Webinar Recording: Cryptographic Inventory: Where To Start? Watch here

Asymmetric Cryptography

Asymmetric Cryptography

What is asymmetric cryptography?

Asymmetric cryptography is built on an idea that sounds simple but carries remarkable mathematical power: two different keys for a single operation.

One key encrypts. The other decrypts. And the second cannot be derived from the first — at least not within any reasonable timeframe using today’s computing systems.

This principle underpins the security of most digital communications: banking transactions, encrypted messaging, document signing, TLS certificates, and public key infrastructures (PKI).

Public key, Private key: The core principle

In an asymmetric cryptography system, each person holds a key pair.

The public key is freely distributed. Any sender can use it to encrypt a message intended for its owner.

The private key stays secret. It alone can decrypt what the public key has encrypted.

A common analogy: imagine a safe fitted with a mail slot. Anyone can drop a message inside. But only the holder of the private key can open it and read its contents.

The classic example involves Alice and Bob. Alice wants to send a confidential message to Bob. She uses Bob’s public key to encrypt the text. Bob receives the encrypted message and, using his private key alone, can decrypt it. Even if a third party intercepts the message in transit, the content remains unreadable.

The Mathematical Foundations

The security of asymmetric cryptography does not rely on secrecy around the algorithm itself. It relies on the computational difficulty of specific mathematical problems.

RSA, one of the most widely deployed algorithms, draws its strength from the difficulty of factoring the product of two large prime numbers. Multiplying two prime numbers of several hundred digits takes a fraction of a second. The inverse operation, recovering the two factors from the result, remains beyond the reach of classical computers at provided key sizes are large enough.

The Diffie-Hellman key exchange rests on the discrete logarithm problem: computing a power modulo a large number is straightforward; inverting that calculation is not.

Elliptic curves (ECDH, ECDSA) offer a security level equivalent to RSA at significantly smaller key sizes. They exploit the algebraic properties of elliptic curves defined over finite fields. Their robustness stems from the difficulty of solving the discrete logarithm problem on these curves — an equation that classical mathematical methods cannot solve efficiently.

Practical Applications

Asymmetric cryptography operates across three main families of use cases.

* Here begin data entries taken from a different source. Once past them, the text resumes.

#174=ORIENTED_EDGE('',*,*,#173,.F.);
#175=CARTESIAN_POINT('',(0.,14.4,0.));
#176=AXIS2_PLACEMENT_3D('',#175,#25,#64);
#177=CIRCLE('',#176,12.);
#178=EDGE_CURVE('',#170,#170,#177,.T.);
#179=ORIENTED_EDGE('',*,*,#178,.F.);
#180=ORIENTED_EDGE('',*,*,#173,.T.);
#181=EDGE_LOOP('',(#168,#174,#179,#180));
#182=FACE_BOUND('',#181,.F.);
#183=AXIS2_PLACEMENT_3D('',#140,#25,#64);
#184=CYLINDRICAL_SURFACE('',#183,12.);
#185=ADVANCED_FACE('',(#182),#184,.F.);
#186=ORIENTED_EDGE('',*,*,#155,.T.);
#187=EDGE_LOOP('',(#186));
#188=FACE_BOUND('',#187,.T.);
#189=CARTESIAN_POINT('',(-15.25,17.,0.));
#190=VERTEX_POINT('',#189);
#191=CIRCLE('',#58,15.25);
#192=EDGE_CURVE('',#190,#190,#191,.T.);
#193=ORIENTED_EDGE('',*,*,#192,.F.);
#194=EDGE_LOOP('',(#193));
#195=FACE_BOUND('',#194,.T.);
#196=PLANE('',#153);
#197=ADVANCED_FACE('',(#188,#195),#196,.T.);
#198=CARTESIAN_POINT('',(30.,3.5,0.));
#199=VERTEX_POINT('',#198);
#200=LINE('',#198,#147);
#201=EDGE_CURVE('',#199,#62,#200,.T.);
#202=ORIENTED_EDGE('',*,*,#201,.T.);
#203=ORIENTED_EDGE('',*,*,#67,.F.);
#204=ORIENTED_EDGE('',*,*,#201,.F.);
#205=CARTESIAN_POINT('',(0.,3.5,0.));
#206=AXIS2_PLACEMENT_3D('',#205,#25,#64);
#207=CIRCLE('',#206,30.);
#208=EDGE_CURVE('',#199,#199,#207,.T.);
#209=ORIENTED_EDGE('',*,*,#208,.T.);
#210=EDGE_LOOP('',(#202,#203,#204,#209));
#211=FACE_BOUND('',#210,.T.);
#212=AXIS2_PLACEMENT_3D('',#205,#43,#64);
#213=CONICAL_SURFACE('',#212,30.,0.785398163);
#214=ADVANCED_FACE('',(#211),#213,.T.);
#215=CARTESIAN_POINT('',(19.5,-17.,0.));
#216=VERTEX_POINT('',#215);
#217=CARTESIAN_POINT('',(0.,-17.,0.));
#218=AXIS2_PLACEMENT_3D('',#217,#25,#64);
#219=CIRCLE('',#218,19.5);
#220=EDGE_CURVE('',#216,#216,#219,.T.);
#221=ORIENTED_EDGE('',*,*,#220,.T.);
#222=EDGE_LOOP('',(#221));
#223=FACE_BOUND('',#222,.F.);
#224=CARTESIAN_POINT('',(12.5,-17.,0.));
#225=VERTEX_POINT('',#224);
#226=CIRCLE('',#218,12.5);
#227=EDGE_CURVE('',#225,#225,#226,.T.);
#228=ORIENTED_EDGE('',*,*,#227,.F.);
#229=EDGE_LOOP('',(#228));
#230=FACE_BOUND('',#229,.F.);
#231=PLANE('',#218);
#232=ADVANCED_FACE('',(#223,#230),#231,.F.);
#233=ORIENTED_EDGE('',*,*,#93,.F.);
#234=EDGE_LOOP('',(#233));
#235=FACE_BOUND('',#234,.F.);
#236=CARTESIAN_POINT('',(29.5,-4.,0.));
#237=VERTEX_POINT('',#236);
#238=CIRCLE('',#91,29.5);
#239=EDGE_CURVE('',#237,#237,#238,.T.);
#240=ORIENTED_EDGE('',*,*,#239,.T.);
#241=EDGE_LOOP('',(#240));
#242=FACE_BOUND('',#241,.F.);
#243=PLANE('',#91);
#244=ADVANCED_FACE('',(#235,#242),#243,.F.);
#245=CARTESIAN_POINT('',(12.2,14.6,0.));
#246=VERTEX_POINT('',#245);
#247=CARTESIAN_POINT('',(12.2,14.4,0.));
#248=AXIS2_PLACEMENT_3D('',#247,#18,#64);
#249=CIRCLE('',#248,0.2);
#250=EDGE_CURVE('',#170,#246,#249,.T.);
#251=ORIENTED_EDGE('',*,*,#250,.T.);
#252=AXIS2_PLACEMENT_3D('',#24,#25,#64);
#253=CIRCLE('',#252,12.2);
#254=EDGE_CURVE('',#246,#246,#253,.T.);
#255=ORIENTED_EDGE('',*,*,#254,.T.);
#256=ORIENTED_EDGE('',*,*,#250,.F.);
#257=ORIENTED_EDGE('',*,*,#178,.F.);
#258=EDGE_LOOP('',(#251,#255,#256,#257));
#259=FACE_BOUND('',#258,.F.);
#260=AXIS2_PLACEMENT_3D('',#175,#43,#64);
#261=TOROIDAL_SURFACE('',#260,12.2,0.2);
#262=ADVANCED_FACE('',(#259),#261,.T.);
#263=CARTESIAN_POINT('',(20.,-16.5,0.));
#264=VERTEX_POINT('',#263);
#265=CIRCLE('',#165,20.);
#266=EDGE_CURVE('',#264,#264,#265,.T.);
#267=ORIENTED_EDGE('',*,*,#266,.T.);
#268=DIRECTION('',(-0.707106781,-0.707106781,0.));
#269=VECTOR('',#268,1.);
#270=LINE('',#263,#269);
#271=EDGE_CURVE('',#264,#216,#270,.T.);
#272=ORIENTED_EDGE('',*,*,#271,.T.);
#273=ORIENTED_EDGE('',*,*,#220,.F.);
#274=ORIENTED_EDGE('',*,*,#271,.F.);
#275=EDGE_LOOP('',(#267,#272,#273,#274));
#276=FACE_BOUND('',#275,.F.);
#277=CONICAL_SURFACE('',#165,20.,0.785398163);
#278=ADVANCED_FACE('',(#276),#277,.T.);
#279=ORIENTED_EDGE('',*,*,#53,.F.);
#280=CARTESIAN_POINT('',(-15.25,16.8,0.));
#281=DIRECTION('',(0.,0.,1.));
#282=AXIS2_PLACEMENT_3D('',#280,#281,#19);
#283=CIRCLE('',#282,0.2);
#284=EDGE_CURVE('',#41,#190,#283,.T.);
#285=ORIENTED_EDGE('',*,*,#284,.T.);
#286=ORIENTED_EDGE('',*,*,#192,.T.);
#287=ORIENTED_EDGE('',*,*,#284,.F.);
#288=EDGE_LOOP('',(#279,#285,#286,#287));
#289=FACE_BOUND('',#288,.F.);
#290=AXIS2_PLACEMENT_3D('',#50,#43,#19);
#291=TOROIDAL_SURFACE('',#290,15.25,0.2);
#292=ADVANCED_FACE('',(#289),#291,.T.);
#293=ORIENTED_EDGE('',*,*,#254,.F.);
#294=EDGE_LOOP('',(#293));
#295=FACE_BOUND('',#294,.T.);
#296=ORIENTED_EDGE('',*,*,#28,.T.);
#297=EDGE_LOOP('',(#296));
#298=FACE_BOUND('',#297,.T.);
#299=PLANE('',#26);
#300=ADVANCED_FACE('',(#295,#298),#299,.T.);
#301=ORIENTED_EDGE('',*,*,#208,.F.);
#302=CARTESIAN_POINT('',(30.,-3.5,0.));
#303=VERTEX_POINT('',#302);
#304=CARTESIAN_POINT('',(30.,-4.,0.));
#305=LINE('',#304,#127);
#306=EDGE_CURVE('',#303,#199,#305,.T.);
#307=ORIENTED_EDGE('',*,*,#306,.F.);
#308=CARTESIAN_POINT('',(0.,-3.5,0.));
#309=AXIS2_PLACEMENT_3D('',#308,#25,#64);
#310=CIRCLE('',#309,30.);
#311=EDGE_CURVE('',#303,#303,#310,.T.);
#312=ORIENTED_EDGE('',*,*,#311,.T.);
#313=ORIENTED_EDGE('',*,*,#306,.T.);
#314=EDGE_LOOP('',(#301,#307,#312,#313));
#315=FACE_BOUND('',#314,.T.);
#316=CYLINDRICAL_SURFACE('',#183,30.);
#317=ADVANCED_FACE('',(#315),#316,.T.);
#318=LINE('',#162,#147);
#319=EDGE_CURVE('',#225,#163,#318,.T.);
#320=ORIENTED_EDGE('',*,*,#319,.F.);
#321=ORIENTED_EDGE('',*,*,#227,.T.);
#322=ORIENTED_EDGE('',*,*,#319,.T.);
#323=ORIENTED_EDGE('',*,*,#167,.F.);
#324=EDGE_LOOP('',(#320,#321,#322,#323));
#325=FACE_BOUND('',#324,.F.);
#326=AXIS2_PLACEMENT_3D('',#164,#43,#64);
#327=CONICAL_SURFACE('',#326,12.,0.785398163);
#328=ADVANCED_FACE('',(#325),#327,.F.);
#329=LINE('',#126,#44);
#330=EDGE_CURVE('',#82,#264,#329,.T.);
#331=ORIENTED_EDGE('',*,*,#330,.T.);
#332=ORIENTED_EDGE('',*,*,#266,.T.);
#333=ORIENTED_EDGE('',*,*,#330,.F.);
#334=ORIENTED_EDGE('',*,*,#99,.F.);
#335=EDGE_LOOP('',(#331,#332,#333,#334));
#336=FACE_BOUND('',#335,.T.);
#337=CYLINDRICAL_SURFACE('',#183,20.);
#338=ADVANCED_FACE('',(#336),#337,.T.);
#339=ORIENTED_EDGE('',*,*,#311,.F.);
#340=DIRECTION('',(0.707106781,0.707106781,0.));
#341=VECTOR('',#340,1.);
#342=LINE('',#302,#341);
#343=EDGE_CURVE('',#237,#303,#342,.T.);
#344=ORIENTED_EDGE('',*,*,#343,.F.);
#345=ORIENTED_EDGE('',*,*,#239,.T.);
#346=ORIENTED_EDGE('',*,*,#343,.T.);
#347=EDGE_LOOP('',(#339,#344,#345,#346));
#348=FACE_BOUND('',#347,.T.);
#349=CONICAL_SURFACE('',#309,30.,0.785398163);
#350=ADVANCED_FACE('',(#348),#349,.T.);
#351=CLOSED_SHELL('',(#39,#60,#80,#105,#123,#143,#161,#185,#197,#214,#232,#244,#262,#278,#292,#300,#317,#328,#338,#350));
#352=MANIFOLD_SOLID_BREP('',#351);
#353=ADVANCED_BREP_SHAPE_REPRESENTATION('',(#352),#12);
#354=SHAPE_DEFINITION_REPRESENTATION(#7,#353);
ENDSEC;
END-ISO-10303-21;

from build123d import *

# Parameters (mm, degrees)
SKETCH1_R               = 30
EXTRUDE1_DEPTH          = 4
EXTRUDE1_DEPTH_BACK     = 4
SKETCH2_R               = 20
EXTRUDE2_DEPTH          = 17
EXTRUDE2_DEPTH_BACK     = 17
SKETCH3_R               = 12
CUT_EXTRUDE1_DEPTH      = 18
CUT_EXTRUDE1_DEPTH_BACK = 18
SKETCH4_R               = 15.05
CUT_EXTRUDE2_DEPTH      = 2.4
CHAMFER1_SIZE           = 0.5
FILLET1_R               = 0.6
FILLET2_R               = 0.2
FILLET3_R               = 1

Data encryption. A sender encrypts a message using the recipient’s public key. Only the recipient, with their private key, can decrypt the content. This is the mechanism behind the TLS protocol that secures HTTPS connections.

Digital signatures. Here, the logic is reversed. The sender signs a message with their private key. Anyone can verify the signature using the corresponding public key — confirming that the message has not been altered and that the sender’s identity is genuine. Digital signatures are central to electronic certificates, PKI systems, and many compliance frameworks.

Key exchange. Asymmetric cryptography allows two parties to agree on a shared secret key, even over an unsecured channel. This is the role of the Diffie-Hellman protocol, a foundation of numerous secure communication systems.

Asymmetric vs Symmetric: Two complementary logics

Symmetric cryptography uses a single key to both encrypt and decrypt data. It is fast, efficient, and well-suited to encrypting large volumes of data. Its limitation: how do you share that secret key securely with the recipient without a third party intercepting it?

Asymmetric cryptography solves precisely that problem. It is more computationally expensive, but it enables secure key exchange and party authentication.

In practice, both methods work together. A protocol like TLS uses asymmetric cryptography to establish a secure channel and negotiate a session key, then switches to a symmetric algorithm for the actual data encryption. The result: the security of asymmetric cryptography combined with the performance of symmetric cryptography.

Hash Functions: An essential complement

Asymmetric cryptography systems frequently rely on hash functions. A hash function transforms a message of any size into a fixed-length digest, in a deterministic and irreversible way.

In the context of a digital signature, what gets signed is not the full message but its hash digest. This accelerates the process and strengthens the security of the overall system.

The Quantum threat: A paradigm shift

Asymmetric cryptography as we know it is under pressure. A sufficiently powerful quantum computer, running Shor’s algorithm, would be capable of factoring the large prime numbers underpinning RSA or solving the discrete logarithm problem that protects elliptic curves and Diffie-Hellman exchanges. That would render today’s asymmetric systems obsolete.

This is not a distant theoretical concern. Malicious actors are already collecting encrypted data today, intending to decrypt it once quantum computing power makes it possible. This is the “Harvest Now, Decrypt Later” strategy.

The answer is post-quantum cryptography: a new generation of asymmetric algorithms built on mathematical problems that resist quantum attacks, standardized by NIST in 2024. The migration to these algorithms is a transition organizations can no longer afford to delay.